→ ABOUT THIS EXERCISE
When you reach the line with "v1 (-5.207,38.604103,25.4)" in the listing below, transcribe it and each line after it up to and including the line with "e31 v28 v28", exactly and with nothing else.
>>>
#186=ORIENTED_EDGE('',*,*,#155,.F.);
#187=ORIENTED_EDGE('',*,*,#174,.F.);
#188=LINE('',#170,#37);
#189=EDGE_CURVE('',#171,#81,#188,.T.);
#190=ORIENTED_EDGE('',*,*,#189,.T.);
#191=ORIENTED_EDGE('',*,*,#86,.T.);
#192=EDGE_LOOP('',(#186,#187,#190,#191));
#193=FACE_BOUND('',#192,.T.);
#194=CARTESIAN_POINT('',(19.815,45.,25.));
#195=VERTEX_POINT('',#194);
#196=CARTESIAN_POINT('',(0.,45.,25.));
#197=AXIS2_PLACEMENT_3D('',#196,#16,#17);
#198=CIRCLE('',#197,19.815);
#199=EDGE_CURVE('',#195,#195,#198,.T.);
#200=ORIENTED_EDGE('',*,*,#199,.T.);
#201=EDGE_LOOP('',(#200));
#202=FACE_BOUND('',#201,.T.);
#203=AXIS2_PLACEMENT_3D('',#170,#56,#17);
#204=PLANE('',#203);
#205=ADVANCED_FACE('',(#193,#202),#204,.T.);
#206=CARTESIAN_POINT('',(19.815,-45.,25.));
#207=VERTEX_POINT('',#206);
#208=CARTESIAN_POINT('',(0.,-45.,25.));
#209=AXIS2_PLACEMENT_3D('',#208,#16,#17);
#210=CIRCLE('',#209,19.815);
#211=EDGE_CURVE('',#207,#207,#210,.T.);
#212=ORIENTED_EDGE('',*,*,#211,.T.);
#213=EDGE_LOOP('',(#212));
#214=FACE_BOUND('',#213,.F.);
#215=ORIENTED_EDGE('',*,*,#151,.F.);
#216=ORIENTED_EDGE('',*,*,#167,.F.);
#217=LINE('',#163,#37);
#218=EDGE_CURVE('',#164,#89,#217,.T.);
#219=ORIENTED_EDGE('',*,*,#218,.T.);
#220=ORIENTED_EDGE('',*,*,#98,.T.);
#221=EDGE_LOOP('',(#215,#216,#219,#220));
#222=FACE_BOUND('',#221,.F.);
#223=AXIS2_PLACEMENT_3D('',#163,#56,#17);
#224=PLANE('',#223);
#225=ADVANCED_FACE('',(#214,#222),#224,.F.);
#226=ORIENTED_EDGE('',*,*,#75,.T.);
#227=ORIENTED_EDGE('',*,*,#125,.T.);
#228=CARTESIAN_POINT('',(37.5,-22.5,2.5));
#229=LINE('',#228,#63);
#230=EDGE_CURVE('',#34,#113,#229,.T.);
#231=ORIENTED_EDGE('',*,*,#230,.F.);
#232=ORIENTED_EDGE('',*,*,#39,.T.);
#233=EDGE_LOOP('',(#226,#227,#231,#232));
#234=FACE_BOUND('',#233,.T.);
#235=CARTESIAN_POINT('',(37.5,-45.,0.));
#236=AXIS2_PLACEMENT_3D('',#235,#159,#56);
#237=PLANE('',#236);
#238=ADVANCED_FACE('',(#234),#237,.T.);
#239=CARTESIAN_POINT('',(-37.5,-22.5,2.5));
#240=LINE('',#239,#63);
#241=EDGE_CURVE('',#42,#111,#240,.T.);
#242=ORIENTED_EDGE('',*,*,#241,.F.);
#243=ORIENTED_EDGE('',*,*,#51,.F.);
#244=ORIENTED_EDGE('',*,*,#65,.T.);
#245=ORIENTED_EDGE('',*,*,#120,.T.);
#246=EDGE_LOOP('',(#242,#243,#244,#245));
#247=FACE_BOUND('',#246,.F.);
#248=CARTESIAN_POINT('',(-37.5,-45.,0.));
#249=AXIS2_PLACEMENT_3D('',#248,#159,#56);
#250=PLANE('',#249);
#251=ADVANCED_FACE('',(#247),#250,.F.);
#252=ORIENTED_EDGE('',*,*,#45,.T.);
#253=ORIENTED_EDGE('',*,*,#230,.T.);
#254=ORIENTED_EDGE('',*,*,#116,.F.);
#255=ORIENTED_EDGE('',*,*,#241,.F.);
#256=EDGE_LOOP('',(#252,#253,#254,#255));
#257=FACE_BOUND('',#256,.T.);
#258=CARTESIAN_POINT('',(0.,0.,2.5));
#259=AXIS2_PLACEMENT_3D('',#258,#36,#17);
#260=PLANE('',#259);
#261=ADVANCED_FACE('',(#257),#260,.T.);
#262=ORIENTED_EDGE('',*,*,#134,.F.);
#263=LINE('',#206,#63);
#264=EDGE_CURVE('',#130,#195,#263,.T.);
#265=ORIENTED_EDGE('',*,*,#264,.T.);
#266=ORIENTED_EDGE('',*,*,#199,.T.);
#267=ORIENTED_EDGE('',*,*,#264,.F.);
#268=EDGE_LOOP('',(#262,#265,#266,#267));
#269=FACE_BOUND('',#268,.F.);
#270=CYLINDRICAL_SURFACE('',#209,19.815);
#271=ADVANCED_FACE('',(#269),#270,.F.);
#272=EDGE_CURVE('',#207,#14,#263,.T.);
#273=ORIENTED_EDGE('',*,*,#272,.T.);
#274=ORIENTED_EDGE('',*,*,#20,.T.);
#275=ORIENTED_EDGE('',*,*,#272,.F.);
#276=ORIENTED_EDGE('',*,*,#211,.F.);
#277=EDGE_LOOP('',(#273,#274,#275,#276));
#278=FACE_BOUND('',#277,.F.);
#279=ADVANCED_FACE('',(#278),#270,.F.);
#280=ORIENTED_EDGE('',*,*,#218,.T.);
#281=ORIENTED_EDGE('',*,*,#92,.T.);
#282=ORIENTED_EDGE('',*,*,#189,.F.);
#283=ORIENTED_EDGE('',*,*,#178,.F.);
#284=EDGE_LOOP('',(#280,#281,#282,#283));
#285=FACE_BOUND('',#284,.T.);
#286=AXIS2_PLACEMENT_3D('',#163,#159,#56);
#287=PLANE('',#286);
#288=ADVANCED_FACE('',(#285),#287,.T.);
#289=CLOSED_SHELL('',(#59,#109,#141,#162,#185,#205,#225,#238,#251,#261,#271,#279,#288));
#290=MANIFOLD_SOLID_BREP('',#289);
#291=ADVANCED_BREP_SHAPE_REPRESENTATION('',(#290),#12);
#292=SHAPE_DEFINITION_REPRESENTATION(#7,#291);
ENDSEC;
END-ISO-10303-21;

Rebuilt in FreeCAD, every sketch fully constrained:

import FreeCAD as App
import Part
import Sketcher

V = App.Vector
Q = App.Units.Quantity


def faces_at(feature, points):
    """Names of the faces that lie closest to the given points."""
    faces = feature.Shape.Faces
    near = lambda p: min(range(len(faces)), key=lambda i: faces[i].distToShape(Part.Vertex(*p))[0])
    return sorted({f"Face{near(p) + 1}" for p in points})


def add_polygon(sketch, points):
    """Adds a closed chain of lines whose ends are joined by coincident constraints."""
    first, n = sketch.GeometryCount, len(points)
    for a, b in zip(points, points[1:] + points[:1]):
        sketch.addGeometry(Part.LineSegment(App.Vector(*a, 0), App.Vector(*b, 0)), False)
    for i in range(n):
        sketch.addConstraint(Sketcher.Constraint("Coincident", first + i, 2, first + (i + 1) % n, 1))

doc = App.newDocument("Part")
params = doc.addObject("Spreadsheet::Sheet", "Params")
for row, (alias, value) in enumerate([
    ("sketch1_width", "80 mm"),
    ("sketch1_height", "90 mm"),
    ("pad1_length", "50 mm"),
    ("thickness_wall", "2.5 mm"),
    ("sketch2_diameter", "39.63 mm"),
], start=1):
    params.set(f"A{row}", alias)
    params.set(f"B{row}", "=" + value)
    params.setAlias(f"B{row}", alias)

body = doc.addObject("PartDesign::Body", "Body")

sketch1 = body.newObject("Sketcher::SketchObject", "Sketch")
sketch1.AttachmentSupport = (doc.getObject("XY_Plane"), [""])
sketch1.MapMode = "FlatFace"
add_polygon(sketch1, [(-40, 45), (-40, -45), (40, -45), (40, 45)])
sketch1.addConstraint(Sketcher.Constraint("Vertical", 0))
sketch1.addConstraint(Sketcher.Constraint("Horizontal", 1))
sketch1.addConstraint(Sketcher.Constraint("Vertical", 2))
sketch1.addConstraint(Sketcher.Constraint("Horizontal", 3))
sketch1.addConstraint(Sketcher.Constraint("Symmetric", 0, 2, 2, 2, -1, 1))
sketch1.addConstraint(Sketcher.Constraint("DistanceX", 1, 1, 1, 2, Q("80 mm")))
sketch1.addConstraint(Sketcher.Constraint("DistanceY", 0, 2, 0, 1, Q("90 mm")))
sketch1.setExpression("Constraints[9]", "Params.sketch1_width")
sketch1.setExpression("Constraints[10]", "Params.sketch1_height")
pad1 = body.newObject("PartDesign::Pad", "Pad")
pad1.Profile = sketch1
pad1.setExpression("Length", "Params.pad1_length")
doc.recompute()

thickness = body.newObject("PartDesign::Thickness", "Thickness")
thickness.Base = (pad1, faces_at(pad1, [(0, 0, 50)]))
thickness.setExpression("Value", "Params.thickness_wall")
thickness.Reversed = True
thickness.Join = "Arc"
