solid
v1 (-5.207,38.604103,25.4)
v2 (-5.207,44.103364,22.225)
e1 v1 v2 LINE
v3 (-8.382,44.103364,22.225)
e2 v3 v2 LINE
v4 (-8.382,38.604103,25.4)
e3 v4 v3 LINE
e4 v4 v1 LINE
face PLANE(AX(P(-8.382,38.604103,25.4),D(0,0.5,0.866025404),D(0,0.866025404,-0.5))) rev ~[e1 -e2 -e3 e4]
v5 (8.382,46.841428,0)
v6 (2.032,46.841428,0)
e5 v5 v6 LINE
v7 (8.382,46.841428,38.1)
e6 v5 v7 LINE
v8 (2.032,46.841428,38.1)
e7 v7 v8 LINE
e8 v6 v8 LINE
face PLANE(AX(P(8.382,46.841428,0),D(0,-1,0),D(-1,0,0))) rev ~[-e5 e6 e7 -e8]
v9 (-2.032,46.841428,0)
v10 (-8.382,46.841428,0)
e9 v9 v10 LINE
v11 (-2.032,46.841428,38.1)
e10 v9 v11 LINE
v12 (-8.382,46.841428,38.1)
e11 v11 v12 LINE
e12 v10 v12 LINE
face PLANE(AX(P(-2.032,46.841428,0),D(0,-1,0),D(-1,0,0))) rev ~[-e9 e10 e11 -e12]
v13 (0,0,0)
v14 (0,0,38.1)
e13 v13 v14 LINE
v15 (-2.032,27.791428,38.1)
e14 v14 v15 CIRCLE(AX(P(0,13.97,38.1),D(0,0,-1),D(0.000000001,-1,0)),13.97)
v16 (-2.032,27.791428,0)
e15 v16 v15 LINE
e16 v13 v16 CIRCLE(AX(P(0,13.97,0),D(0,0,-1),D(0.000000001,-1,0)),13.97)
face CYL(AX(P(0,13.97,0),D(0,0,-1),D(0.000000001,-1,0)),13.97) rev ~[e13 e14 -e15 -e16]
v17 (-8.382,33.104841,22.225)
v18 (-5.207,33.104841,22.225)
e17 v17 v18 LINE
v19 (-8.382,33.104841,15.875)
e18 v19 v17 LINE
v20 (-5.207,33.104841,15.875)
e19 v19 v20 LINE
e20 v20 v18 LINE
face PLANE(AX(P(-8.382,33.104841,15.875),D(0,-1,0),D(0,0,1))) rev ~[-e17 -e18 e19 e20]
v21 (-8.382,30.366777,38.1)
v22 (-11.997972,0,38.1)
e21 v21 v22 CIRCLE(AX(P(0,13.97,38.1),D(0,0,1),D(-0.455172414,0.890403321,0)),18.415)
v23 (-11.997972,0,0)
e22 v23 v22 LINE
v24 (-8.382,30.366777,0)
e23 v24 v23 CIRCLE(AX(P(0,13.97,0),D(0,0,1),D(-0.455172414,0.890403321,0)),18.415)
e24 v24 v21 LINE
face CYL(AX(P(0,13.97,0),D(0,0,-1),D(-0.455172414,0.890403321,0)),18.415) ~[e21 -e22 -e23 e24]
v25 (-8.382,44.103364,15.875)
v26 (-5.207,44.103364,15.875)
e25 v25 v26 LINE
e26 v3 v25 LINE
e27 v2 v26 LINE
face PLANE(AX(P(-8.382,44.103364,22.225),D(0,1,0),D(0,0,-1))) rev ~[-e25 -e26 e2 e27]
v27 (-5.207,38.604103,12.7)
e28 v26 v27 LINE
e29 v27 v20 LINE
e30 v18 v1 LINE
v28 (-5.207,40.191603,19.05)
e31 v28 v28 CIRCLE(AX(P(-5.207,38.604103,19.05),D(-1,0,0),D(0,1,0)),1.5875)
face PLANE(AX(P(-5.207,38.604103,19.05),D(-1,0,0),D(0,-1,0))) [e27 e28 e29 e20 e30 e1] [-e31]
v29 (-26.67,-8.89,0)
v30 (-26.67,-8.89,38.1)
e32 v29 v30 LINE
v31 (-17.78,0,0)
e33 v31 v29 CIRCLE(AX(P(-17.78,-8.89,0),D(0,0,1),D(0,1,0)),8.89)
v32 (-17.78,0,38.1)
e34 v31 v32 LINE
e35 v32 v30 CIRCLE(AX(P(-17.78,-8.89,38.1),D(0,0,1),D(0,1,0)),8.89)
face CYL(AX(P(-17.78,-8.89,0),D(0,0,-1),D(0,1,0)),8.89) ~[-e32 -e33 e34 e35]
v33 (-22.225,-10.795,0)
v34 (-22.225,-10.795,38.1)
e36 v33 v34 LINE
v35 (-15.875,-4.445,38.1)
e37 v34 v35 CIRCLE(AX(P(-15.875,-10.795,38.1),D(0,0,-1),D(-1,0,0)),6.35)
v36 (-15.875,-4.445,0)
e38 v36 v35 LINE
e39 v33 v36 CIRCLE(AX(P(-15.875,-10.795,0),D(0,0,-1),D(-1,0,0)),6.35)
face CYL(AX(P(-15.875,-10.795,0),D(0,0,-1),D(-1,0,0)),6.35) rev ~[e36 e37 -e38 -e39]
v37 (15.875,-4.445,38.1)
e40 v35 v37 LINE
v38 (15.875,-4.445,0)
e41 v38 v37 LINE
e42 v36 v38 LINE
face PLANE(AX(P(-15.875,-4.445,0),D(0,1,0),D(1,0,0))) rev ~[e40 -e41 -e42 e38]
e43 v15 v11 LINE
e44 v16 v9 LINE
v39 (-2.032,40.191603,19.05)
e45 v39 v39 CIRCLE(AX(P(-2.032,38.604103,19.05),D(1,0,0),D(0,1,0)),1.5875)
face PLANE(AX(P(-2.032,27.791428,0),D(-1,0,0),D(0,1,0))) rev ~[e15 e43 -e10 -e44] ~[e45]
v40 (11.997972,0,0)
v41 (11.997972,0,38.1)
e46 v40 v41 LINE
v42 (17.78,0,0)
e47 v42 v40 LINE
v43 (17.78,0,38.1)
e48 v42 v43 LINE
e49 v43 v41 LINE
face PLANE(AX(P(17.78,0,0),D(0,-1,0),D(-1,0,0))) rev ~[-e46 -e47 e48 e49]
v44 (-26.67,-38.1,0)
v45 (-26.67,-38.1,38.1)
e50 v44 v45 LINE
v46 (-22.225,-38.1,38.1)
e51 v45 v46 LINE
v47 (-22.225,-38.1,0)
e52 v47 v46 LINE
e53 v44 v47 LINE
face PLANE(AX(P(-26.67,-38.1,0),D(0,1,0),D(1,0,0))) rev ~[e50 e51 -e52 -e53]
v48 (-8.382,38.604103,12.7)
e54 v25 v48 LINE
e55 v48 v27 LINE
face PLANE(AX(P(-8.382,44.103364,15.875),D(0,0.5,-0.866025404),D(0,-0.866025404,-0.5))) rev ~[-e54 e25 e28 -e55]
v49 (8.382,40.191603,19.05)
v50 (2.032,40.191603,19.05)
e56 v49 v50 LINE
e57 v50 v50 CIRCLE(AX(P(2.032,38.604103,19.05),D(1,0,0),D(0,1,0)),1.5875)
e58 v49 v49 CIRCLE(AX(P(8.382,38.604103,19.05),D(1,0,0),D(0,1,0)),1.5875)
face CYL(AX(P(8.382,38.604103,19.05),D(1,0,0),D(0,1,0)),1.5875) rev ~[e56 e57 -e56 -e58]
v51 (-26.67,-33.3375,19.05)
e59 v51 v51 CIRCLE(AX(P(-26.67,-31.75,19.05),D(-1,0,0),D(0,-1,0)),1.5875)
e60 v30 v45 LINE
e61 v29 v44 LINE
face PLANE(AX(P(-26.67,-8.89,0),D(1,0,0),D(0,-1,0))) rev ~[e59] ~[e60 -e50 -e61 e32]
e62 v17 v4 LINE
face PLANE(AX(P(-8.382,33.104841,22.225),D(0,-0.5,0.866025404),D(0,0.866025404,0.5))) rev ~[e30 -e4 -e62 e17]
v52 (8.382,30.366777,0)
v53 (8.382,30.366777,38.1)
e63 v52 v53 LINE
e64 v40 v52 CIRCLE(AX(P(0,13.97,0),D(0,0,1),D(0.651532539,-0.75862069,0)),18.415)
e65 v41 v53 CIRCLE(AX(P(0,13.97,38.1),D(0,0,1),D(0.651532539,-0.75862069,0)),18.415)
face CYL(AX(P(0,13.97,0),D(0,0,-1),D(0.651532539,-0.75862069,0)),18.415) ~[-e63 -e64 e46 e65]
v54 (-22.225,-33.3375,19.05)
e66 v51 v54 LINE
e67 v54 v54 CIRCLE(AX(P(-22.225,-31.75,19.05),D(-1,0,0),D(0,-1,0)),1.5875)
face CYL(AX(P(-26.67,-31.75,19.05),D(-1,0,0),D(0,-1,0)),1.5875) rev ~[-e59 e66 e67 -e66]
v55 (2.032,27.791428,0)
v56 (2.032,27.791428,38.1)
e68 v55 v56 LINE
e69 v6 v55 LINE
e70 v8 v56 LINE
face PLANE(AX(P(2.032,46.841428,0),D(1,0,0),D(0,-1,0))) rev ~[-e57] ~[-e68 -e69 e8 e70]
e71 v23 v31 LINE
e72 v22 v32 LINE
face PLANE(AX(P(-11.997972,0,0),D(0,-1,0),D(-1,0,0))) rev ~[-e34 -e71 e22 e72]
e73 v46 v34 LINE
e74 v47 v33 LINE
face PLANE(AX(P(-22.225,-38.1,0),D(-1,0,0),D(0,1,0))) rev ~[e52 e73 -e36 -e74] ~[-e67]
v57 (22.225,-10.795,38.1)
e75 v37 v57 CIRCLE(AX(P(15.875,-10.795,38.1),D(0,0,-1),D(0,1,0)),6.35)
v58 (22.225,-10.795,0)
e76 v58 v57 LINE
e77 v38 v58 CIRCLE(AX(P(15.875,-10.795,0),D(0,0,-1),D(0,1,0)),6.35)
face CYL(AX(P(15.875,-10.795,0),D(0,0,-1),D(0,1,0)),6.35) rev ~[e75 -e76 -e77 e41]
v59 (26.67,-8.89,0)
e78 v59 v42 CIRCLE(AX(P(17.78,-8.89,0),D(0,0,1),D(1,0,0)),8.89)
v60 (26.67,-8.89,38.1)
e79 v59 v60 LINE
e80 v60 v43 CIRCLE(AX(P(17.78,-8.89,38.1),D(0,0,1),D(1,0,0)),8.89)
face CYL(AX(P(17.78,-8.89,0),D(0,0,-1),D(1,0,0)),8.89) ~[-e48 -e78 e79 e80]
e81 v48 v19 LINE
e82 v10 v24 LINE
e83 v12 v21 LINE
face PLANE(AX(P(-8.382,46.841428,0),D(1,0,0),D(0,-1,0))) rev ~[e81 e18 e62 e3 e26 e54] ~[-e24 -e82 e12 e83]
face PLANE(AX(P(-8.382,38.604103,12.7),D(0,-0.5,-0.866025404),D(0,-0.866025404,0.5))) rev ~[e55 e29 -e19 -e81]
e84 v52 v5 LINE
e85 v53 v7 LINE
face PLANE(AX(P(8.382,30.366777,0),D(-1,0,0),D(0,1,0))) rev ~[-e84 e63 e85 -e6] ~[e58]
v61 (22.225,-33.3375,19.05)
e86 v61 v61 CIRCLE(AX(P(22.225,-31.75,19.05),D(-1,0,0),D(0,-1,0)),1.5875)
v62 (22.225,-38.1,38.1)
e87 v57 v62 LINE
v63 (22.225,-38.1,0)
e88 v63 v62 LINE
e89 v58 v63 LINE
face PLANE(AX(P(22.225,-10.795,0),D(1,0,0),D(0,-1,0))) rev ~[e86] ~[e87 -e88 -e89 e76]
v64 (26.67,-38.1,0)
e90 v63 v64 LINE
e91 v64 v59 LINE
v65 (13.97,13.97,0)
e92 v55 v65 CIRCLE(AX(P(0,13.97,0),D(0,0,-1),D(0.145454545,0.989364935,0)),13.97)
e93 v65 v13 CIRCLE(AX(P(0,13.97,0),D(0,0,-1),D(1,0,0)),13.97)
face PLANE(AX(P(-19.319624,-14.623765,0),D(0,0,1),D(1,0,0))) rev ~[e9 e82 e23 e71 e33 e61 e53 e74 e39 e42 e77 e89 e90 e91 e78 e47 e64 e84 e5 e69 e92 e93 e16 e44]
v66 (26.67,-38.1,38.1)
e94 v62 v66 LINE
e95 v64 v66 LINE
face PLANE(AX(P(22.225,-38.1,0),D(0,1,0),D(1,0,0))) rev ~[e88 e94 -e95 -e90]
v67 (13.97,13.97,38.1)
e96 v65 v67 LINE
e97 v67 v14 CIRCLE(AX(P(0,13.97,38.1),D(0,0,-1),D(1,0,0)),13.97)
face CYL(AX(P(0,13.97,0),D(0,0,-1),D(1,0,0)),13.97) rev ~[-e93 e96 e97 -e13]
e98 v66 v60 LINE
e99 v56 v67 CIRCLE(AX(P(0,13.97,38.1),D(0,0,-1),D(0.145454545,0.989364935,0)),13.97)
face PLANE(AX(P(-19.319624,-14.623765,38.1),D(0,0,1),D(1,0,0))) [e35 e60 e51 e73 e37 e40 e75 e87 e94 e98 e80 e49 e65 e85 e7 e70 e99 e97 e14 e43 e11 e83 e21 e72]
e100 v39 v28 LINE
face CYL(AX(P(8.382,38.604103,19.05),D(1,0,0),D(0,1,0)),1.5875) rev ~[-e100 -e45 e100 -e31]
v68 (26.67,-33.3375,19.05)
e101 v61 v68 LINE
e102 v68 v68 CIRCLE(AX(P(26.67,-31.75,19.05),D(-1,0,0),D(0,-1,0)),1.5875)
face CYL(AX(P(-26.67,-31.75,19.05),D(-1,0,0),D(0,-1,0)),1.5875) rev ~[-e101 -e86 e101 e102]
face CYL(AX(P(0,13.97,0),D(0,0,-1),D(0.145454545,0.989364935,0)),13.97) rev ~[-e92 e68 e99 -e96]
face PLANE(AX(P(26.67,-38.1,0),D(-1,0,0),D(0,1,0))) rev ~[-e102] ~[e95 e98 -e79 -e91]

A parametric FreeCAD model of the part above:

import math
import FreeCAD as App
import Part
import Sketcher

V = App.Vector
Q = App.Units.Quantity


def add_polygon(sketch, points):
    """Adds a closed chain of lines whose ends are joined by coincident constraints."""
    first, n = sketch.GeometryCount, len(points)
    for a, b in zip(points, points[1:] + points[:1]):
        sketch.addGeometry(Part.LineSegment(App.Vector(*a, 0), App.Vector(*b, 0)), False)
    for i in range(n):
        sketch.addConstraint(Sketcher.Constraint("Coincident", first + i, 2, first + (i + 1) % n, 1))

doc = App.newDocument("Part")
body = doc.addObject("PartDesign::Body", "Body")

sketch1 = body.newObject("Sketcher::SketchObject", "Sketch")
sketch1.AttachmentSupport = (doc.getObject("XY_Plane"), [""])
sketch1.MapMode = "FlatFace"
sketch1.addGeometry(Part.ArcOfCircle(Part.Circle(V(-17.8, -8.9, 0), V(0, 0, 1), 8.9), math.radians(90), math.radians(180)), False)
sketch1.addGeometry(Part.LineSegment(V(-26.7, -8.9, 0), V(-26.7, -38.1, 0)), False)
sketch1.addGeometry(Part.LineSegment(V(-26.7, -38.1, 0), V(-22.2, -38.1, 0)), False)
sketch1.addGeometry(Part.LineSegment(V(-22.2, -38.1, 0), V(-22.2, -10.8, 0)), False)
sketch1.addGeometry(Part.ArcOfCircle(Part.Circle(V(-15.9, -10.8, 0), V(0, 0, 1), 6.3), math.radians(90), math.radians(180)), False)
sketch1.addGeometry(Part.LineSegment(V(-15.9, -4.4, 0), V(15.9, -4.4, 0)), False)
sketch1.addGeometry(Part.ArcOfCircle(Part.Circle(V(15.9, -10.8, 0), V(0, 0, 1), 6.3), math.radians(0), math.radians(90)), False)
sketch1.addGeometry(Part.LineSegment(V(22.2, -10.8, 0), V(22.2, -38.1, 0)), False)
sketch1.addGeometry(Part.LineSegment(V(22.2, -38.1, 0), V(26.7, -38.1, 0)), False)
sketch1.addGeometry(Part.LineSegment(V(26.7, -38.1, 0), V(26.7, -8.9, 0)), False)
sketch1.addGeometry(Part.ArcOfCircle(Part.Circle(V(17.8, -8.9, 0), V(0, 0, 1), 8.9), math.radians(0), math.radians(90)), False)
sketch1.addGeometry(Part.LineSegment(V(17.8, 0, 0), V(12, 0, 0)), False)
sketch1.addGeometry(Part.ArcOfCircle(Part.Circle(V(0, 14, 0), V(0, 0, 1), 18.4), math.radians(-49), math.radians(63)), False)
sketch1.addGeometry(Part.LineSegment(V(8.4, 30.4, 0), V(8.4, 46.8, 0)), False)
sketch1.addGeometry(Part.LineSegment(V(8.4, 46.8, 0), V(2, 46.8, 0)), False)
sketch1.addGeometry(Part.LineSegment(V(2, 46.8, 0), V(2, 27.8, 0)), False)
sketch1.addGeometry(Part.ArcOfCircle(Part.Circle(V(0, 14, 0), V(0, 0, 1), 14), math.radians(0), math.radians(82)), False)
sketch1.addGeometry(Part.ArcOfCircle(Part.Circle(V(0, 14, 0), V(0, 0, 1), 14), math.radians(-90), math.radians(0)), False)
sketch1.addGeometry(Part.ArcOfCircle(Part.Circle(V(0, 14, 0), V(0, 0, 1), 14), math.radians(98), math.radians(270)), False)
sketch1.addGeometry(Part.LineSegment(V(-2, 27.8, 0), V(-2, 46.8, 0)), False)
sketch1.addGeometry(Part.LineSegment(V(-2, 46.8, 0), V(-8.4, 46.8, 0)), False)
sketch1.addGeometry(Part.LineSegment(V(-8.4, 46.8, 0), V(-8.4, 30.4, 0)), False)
<<<
→ WRITTEN RESPONSE
v1 (-5.207,38.604103,25.4)
v2 (-5.207,44.103364,22.225)
e1 v1 v2 LINE
v3 (-8.382,44.103364,22.225)
e2 v3 v2 LINE
v4 (-8.382,38.604103,25.4)
e3 v4 v3 LINE
e4 v4 v1 LINE
face PLANE(AX(P(-8.382,38.604103,25.4),D(0,0.5,0.866025404),D(0,0.866025404,-0.5))) rev ~[e1 -e2 -e3 e4]
v5 (8.382,46.841428,0)
v6 (2.032,46.841428,0)
e5 v5 v6 LINE
v7 (8.382,46.841428,38.1)
e6 v5 v7 LINE
v8 (2.032,46.841428,38.1)
e7 v7 v8 LINE
e8 v6 v8 LINE
face PLANE(AX(P(8.382,46.841428,0),D(0,-1,0),D(-1,0,0))) rev ~[-e5 e6 e7 -e8]
v9 (-2.032,46.841428,0)
v10 (-8.382,46.841428,0)
e9 v9 v10 LINE
v11 (-2.032,46.841428,38.1)
e10 v9 v11 LINE
v12 (-8.382,46.841428,38.1)
e11 v11 v12 LINE
e12 v10 v12 LINE
face PLANE(AX(P(-2.032,46.841428,0),D(0,-1,0),D(-1,0,0))) rev ~[-e9 e10 e11 -e12]
v13 (0,0,0)
v14 (0,0,38.1)
e13 v13 v14 LINE
v15 (-2.032,27.791428,38.1)
e14 v14 v15 CIRCLE(AX(P(0,13.97,38.1),D(0,0,-1),D(0.000000001,-1,0)),13.97)
v16 (-2.032,27.791428,0)
e15 v16 v15 LINE
e16 v13 v16 CIRCLE(AX(P(0,13.97,0),D(0,0,-1),D(0.000000001,-1,0)),13.97)
face CYL(AX(P(0,13.97,0),D(0,0,-1),D(0.000000001,-1,0)),13.97) rev ~[e13 e14 -e15 -e16]
v17 (-8.382,33.104841,22.225)
v18 (-5.207,33.104841,22.225)
e17 v17 v18 LINE
v19 (-8.382,33.104841,15.875)
e18 v19 v17 LINE
v20 (-5.207,33.104841,15.875)
e19 v19 v20 LINE
e20 v20 v18 LINE
face PLANE(AX(P(-8.382,33.104841,15.875),D(0,-1,0),D(0,0,1))) rev ~[-e17 -e18 e19 e20]
v21 (-8.382,30.366777,38.1)
v22 (-11.997972,0,38.1)
e21 v21 v22 CIRCLE(AX(P(0,13.97,38.1),D(0,0,1),D(-0.455172414,0.890403321,0)),18.415)
v23 (-11.997972,0,0)
e22 v23 v22 LINE
v24 (-8.382,30.366777,0)
e23 v24 v23 CIRCLE(AX(P(0,13.97,0),D(0,0,1),D(-0.455172414,0.890403321,0)),18.415)
e24 v24 v21 LINE
face CYL(AX(P(0,13.97,0),D(0,0,-1),D(-0.455172414,0.890403321,0)),18.415) ~[e21 -e22 -e23 e24]
v25 (-8.382,44.103364,15.875)
v26 (-5.207,44.103364,15.875)
e25 v25 v26 LINE
e26 v3 v25 LINE
e27 v2 v26 LINE
face PLANE(AX(P(-8.382,44.103364,22.225),D(0,1,0),D(0,0,-1))) rev ~[-e25 -e26 e2 e27]
v27 (-5.207,38.604103,12.7)
e28 v26 v27 LINE
e29 v27 v20 LINE
e30 v18 v1 LINE
v28 (-5.207,40.191603,19.05)
e31 v28 v28 CIRCLE(AX(P(-5.207,38.604103,19.05),D(-1,0,0),D(0,1,0)),1.5875)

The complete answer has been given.